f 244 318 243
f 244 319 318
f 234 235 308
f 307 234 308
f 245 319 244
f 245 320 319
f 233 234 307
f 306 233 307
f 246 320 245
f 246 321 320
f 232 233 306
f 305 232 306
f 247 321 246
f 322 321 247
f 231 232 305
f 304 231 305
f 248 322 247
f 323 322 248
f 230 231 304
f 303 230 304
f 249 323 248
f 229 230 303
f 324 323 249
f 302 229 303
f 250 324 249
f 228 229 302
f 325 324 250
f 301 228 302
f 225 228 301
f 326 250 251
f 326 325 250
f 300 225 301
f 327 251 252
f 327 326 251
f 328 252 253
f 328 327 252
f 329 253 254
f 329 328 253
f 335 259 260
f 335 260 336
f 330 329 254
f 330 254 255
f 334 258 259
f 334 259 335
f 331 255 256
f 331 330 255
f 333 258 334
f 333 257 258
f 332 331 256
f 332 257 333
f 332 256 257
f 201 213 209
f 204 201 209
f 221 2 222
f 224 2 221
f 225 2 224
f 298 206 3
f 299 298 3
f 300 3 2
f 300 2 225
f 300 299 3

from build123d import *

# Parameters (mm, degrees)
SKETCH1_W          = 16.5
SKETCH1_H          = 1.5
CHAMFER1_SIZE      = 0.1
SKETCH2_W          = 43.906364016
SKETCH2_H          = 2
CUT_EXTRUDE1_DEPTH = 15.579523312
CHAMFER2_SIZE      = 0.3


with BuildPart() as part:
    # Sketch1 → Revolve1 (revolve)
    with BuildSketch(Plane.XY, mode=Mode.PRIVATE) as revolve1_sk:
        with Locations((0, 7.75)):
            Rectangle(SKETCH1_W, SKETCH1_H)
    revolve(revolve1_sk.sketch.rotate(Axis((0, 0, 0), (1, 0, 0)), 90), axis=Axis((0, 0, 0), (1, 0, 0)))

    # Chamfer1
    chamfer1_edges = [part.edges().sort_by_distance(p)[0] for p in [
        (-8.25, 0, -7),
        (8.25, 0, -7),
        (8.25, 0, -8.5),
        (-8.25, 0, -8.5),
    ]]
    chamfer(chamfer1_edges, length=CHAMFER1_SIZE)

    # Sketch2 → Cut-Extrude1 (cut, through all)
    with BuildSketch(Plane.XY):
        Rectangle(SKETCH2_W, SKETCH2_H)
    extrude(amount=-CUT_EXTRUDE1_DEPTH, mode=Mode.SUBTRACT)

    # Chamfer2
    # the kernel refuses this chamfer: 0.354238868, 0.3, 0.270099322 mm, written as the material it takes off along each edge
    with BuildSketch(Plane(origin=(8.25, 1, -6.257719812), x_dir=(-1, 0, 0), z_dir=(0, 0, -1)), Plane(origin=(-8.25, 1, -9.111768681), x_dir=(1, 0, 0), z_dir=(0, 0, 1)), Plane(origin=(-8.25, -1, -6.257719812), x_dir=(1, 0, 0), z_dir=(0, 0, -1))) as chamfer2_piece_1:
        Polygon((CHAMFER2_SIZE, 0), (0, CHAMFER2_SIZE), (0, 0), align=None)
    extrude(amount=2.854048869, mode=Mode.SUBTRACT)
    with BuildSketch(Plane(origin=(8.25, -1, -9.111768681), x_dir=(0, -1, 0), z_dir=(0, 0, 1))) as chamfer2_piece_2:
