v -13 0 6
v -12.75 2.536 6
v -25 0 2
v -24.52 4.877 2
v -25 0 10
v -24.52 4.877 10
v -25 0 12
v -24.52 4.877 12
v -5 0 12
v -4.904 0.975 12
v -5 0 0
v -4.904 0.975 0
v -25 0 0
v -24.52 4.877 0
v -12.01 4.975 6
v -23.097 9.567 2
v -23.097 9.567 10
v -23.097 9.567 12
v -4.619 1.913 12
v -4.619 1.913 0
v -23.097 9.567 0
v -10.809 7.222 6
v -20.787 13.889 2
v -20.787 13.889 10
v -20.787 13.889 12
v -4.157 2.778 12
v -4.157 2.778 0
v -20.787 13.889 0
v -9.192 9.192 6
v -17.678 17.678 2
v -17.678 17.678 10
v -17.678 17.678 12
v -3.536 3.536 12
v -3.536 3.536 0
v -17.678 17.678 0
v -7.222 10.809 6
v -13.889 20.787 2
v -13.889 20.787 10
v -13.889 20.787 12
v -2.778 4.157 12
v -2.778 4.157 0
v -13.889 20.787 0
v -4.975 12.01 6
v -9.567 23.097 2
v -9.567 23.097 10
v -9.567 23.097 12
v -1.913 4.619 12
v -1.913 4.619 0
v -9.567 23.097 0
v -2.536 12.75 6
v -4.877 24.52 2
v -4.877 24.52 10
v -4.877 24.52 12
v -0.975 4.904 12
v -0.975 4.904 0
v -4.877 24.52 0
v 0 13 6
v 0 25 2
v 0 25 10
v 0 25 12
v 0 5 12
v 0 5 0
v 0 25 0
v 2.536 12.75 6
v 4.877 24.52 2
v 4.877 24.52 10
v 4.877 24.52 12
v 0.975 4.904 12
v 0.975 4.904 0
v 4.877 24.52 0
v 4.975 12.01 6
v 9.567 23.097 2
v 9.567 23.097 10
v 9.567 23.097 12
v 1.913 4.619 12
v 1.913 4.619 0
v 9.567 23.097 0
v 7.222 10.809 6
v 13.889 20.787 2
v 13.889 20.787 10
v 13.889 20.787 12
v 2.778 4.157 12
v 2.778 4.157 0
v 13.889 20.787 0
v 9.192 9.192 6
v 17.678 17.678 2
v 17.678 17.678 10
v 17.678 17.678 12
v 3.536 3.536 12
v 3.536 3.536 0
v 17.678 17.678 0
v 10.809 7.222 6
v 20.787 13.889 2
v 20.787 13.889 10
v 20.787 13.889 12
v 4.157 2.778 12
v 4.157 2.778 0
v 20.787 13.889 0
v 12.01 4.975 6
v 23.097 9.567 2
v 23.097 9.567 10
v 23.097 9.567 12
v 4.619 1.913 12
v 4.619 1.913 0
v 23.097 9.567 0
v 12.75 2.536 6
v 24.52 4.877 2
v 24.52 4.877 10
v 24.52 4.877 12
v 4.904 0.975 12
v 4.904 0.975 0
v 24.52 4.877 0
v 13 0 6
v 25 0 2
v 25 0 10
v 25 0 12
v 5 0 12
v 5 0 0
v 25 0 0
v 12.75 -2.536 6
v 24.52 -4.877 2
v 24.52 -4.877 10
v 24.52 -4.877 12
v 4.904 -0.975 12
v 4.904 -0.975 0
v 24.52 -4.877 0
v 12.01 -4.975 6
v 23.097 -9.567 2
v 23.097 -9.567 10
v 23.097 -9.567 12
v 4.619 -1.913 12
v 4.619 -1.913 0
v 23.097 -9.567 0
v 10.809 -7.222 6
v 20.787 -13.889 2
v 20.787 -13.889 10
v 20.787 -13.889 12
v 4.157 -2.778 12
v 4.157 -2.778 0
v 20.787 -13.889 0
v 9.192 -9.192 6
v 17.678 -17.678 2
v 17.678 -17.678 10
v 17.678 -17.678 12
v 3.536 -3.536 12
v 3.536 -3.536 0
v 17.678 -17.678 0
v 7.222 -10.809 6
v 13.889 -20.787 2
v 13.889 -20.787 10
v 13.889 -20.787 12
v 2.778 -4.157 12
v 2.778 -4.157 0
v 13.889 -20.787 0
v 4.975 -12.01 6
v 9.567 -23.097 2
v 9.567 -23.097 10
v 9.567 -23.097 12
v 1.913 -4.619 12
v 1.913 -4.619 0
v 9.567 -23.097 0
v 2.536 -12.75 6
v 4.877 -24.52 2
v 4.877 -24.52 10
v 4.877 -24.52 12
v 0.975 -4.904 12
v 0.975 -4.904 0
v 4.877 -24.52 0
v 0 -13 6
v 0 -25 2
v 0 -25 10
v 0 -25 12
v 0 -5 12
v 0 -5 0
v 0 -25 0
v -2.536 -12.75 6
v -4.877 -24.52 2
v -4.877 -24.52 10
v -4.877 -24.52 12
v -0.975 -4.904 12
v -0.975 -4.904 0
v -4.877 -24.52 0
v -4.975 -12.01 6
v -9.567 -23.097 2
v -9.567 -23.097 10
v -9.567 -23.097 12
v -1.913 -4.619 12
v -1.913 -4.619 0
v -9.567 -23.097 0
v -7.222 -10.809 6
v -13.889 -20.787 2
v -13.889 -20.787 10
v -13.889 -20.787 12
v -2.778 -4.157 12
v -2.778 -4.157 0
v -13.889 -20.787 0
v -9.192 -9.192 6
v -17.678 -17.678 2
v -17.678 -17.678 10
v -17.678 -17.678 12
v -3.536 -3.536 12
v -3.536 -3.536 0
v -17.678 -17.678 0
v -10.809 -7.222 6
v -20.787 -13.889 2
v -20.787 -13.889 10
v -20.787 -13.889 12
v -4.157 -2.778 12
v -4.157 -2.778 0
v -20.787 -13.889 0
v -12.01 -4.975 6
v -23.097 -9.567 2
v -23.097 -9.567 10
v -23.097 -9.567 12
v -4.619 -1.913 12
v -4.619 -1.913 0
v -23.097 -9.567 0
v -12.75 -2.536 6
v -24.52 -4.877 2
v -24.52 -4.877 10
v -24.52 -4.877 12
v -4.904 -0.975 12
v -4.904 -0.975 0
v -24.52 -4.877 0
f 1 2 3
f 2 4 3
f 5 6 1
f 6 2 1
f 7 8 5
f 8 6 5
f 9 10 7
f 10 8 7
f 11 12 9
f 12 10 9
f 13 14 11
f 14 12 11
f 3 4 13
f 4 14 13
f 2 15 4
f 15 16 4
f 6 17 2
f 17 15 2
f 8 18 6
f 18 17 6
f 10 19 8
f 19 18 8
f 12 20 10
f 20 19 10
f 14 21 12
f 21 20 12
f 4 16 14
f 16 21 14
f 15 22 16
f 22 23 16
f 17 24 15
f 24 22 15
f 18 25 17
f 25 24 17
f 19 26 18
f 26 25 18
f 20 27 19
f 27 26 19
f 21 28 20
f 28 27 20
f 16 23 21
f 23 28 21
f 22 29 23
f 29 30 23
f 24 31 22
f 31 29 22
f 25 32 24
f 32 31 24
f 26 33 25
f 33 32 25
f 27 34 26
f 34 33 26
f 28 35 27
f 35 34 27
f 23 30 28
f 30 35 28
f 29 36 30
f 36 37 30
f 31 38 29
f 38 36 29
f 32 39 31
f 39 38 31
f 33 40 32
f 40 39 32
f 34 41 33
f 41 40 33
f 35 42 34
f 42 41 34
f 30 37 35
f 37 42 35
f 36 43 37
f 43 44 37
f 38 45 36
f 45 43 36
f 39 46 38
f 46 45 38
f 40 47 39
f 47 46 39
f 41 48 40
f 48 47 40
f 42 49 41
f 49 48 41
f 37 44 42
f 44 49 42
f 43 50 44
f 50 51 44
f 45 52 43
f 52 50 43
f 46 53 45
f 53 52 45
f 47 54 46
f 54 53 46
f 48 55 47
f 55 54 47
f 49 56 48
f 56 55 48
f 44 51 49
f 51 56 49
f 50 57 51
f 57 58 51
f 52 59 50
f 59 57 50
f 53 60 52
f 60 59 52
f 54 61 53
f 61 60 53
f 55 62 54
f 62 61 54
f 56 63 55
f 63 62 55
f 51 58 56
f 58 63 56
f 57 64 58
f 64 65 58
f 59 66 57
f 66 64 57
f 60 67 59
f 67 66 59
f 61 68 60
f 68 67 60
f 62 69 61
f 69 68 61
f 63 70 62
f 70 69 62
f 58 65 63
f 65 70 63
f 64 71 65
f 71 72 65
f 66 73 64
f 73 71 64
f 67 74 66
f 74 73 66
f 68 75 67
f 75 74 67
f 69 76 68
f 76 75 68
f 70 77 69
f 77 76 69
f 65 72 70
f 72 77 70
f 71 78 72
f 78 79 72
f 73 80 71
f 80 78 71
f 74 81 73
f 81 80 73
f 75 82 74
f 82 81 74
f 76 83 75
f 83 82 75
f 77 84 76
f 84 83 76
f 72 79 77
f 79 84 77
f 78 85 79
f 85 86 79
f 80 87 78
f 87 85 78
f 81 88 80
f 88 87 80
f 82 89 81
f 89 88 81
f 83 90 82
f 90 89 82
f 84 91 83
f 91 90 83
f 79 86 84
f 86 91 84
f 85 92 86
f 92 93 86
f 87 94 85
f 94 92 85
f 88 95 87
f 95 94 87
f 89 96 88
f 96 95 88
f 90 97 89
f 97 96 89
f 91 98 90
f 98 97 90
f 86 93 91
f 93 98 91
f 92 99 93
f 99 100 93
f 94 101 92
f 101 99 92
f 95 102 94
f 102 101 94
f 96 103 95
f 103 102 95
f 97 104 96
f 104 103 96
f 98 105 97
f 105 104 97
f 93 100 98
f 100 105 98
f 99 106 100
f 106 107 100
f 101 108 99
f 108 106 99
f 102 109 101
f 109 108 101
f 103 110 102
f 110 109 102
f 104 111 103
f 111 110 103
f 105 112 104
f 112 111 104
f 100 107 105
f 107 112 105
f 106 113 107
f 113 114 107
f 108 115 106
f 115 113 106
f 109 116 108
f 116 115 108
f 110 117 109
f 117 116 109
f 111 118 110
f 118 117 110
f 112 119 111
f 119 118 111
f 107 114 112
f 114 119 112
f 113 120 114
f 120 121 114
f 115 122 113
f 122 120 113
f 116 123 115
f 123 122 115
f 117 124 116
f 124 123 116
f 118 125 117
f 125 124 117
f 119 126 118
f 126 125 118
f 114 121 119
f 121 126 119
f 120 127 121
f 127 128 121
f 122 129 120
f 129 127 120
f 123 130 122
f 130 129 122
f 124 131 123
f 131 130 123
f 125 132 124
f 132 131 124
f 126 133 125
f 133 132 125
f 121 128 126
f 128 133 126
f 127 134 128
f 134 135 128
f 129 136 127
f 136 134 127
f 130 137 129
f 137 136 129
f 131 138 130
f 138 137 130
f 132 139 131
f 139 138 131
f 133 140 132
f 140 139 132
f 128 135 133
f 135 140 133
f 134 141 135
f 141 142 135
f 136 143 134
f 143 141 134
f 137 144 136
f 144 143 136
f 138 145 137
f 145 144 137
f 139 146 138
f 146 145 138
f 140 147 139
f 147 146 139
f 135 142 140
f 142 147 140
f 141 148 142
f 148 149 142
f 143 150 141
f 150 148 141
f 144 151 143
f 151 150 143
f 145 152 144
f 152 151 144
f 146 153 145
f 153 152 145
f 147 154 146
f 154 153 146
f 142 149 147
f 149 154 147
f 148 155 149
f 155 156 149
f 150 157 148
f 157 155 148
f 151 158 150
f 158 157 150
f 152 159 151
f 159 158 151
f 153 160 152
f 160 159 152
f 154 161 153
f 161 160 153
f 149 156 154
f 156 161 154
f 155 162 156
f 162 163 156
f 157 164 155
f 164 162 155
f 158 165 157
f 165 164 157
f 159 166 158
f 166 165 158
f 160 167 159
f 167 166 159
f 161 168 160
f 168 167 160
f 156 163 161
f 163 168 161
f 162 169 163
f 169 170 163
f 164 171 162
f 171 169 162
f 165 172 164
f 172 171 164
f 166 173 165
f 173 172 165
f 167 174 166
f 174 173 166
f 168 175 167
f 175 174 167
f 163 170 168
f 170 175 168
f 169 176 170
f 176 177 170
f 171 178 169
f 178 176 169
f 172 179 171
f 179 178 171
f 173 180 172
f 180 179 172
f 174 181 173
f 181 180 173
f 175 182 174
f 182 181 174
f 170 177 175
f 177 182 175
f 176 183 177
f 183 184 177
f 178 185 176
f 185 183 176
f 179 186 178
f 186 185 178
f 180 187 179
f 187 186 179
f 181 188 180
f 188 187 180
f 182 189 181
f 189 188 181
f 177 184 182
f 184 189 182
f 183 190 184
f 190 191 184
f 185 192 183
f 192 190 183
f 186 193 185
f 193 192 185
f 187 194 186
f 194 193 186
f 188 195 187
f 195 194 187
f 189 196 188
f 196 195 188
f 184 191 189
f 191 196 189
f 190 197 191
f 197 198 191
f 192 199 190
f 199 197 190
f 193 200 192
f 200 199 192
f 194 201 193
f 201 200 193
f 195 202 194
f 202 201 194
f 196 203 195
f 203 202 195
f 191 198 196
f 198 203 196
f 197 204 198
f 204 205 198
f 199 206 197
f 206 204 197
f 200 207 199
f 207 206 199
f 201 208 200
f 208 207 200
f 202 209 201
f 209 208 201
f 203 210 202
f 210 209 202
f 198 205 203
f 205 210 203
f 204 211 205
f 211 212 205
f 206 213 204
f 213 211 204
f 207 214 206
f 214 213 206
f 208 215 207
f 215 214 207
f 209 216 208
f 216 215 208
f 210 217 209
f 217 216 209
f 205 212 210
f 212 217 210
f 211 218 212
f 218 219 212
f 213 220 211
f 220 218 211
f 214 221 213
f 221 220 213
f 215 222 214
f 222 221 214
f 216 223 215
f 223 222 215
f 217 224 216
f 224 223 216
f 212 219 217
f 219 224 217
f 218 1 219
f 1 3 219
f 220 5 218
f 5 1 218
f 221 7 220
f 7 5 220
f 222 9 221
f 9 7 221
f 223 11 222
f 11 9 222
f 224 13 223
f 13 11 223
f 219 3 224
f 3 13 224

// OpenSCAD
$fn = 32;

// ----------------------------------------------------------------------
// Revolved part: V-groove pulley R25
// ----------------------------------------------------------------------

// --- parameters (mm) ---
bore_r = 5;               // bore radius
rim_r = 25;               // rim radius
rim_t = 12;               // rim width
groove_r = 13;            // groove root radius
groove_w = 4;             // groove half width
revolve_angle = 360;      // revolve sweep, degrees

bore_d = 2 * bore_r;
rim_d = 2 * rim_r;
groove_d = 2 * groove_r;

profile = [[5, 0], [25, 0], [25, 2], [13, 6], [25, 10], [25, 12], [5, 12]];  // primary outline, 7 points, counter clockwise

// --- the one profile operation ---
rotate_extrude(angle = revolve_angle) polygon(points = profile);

═══

**Brief**
What should be returned is the run of lines from the first line of the material through the line containing "f 335 260 336", exact and inclusive, and nothing else.

**Solved problem**
f 244 318 243
f 244 319 318
f 234 235 308
f 307 234 308
f 245 319 244
f 245 320 319
f 233 234 307
f 306 233 307
f 246 320 245
f 246 321 320
f 232 233 306
f 305 232 306
f 247 321 246
f 322 321 247
f 231 232 305
f 304 231 305
f 248 322 247
f 323 322 248
f 230 231 304
f 303 230 304
f 249 323 248
f 229 230 303
f 324 323 249
f 302 229 303
f 250 324 249
f 228 229 302
f 325 324 250
f 301 228 302
f 225 228 301
f 326 250 251
f 326 325 250
f 300 225 301
f 327 251 252
f 327 326 251
f 328 252 253
f 328 327 252
f 329 253 254
f 329 328 253
f 335 259 260
f 335 260 336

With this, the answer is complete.